▶ [WORK ITEM]
Working from the top of the records below, reproduce each line exactly, ending once you have written the line containing "v 8.517 32.716 0".
· · ·
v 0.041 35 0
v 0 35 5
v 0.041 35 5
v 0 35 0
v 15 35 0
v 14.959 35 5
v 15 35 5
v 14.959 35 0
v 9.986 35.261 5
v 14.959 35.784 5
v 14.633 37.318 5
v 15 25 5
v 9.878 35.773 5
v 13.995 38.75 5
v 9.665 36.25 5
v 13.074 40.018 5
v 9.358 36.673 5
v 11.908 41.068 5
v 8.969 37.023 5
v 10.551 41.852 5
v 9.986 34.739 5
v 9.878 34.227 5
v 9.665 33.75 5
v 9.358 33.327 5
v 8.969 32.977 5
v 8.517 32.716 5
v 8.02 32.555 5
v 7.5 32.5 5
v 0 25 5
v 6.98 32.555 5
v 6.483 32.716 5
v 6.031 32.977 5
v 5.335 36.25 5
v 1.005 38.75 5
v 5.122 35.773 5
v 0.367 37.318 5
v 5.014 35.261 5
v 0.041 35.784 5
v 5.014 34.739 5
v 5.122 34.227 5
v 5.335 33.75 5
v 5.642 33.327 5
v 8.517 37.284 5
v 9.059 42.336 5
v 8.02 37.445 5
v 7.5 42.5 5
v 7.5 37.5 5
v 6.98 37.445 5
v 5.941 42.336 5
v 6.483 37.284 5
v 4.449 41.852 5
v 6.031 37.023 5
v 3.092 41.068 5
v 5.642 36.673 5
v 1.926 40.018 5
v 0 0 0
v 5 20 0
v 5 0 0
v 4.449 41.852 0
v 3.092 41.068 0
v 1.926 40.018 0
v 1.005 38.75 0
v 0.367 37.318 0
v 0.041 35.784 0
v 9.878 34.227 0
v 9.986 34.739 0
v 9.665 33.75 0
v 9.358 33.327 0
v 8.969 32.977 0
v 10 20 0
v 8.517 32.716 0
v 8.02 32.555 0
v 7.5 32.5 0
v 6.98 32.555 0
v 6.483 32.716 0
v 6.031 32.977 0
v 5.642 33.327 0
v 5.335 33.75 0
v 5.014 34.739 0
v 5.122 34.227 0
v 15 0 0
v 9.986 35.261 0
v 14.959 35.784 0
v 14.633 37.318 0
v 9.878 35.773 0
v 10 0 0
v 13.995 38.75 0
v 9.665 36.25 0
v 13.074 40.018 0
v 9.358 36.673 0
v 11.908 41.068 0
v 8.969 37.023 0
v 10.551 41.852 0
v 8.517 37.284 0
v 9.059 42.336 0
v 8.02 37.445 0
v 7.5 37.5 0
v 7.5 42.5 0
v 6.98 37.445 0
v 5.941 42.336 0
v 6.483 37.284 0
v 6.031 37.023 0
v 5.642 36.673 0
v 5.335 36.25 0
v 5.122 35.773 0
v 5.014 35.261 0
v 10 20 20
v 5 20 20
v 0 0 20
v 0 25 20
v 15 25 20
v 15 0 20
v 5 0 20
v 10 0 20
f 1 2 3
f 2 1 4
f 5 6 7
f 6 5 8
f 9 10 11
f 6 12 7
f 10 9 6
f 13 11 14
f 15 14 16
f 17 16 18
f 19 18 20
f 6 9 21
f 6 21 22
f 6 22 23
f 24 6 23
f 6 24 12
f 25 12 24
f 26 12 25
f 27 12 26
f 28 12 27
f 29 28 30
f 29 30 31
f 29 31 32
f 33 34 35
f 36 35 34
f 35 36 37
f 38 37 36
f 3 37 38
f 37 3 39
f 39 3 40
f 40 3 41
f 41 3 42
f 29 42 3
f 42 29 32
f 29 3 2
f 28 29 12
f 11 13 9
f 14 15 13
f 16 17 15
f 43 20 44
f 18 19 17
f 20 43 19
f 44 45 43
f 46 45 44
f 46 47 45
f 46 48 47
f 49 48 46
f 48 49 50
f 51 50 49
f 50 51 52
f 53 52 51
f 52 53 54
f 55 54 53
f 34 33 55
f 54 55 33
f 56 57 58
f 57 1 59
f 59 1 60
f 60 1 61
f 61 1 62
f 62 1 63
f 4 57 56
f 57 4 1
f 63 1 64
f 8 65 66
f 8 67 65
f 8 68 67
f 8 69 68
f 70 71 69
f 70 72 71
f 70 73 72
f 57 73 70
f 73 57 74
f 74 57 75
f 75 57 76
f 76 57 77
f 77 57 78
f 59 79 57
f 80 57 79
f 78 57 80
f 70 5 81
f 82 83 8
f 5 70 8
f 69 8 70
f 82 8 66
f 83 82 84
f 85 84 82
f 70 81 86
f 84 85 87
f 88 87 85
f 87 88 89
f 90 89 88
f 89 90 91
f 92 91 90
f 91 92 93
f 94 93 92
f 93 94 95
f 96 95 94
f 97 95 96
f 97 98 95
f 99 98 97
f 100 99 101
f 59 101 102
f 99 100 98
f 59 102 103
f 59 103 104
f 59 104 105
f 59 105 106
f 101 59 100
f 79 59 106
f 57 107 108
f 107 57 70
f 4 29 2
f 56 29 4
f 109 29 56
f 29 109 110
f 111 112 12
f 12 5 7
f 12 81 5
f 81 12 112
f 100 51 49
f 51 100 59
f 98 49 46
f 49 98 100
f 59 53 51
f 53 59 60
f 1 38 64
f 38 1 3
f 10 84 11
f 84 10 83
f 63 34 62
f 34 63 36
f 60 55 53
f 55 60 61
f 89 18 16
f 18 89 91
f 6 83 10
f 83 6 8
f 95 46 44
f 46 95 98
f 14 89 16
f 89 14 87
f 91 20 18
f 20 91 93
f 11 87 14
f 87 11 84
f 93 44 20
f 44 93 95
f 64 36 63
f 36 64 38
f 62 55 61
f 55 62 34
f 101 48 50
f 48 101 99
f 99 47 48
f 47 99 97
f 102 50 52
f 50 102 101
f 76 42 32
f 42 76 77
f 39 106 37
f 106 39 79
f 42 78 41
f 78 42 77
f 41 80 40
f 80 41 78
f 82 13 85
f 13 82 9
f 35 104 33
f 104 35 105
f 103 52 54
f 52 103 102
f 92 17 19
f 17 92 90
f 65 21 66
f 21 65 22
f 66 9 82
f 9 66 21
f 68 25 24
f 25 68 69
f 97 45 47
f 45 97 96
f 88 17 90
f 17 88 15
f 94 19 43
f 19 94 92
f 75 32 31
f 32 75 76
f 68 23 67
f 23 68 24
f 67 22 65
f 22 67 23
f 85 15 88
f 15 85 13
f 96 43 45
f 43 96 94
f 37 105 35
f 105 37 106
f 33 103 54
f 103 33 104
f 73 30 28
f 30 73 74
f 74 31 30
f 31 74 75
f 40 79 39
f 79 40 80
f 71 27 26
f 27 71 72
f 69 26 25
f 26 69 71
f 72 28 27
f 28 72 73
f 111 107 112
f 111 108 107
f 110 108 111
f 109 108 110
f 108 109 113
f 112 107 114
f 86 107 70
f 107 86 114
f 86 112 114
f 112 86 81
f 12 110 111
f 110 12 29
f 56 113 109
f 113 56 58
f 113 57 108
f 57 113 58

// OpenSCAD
// Author: Charlie Snyder
// Twitter Handle: @mjrsnyder

$fn=30;

glass_thickness=5;

module screw_mount(screw_size, base_thickness, mount_width, mount_depth) {
    difference(){
        union(){
            cube([mount_depth,mount_width,base_thickness]);
            translate([mount_depth,mount_width/2,0]){
                cylinder(h=base_thickness, d=mount_width);
            }
        }
        translate([mount_depth,mount_width/2,0]){
            cylinder(h=base_thickness, d=screw_size);
        }
        
    }
}

module tank_clip(glass_thickness){
    back_thickness=5;
    height=20;
    width=20;
    screw_size=5;
    screw_base_thickness=5;
    screw_mount_width=(back_thickness*2)+glass_thickness;
    screw_mount_depth=15;
    linear_extrude(height=width){
        polygon(points=[
            [0,0],
            [back_thickness,0],
            [back_thickness,height],
            [back_thickness+glass_thickness,height],
            [back_thickness+glass_thickness,0],
            [(back_thickness*2)+glass_thickness,0],
            [(back_thickness*2)+glass_thickness,height+back_thickness],
            [0,height+back_thickness],
            [0,0]
        ]);
    }
    
    translate([screw_mount_width,screw_mount_width+(screw_size),0]){
        rotate(a=[0,0,90]){
            screw_mount(screw_size, screw_base_thickness, screw_mount_width, screw_mount_depth);
        }
    }
}




tank_clip(glass_thickness);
· · ·
▶ [EXERCISE SOLUTION]
v 0.041 35 0
v 0 35 5
v 0.041 35 5
v 0 35 0
v 15 35 0
v 14.959 35 5
v 15 35 5
v 14.959 35 0
v 9.986 35.261 5
v 14.959 35.784 5
v 14.633 37.318 5
v 15 25 5
v 9.878 35.773 5
v 13.995 38.75 5
v 9.665 36.25 5
v 13.074 40.018 5
v 9.358 36.673 5
v 11.908 41.068 5
v 8.969 37.023 5
v 10.551 41.852 5
v 9.986 34.739 5
v 9.878 34.227 5
v 9.665 33.75 5
v 9.358 33.327 5
v 8.969 32.977 5
v 8.517 32.716 5
v 8.02 32.555 5
v 7.5 32.5 5
v 0 25 5
v 6.98 32.555 5
v 6.483 32.716 5
v 6.031 32.977 5
v 5.335 36.25 5
v 1.005 38.75 5
v 5.122 35.773 5
v 0.367 37.318 5
v 5.014 35.261 5
v 0.041 35.784 5
v 5.014 34.739 5
v 5.122 34.227 5
v 5.335 33.75 5
v 5.642 33.327 5
v 8.517 37.284 5
v 9.059 42.336 5
v 8.02 37.445 5
v 7.5 42.5 5
v 7.5 37.5 5
v 6.98 37.445 5
v 5.941 42.336 5
v 6.483 37.284 5
v 4.449 41.852 5
v 6.031 37.023 5
v 3.092 41.068 5
v 5.642 36.673 5
v 1.926 40.018 5
v 0 0 0
v 5 20 0
v 5 0 0
v 4.449 41.852 0
v 3.092 41.068 0
v 1.926 40.018 0
v 1.005 38.75 0
v 0.367 37.318 0
v 0.041 35.784 0
v 9.878 34.227 0
v 9.986 34.739 0
v 9.665 33.75 0
v 9.358 33.327 0
v 8.969 32.977 0
v 10 20 0
v 8.517 32.716 0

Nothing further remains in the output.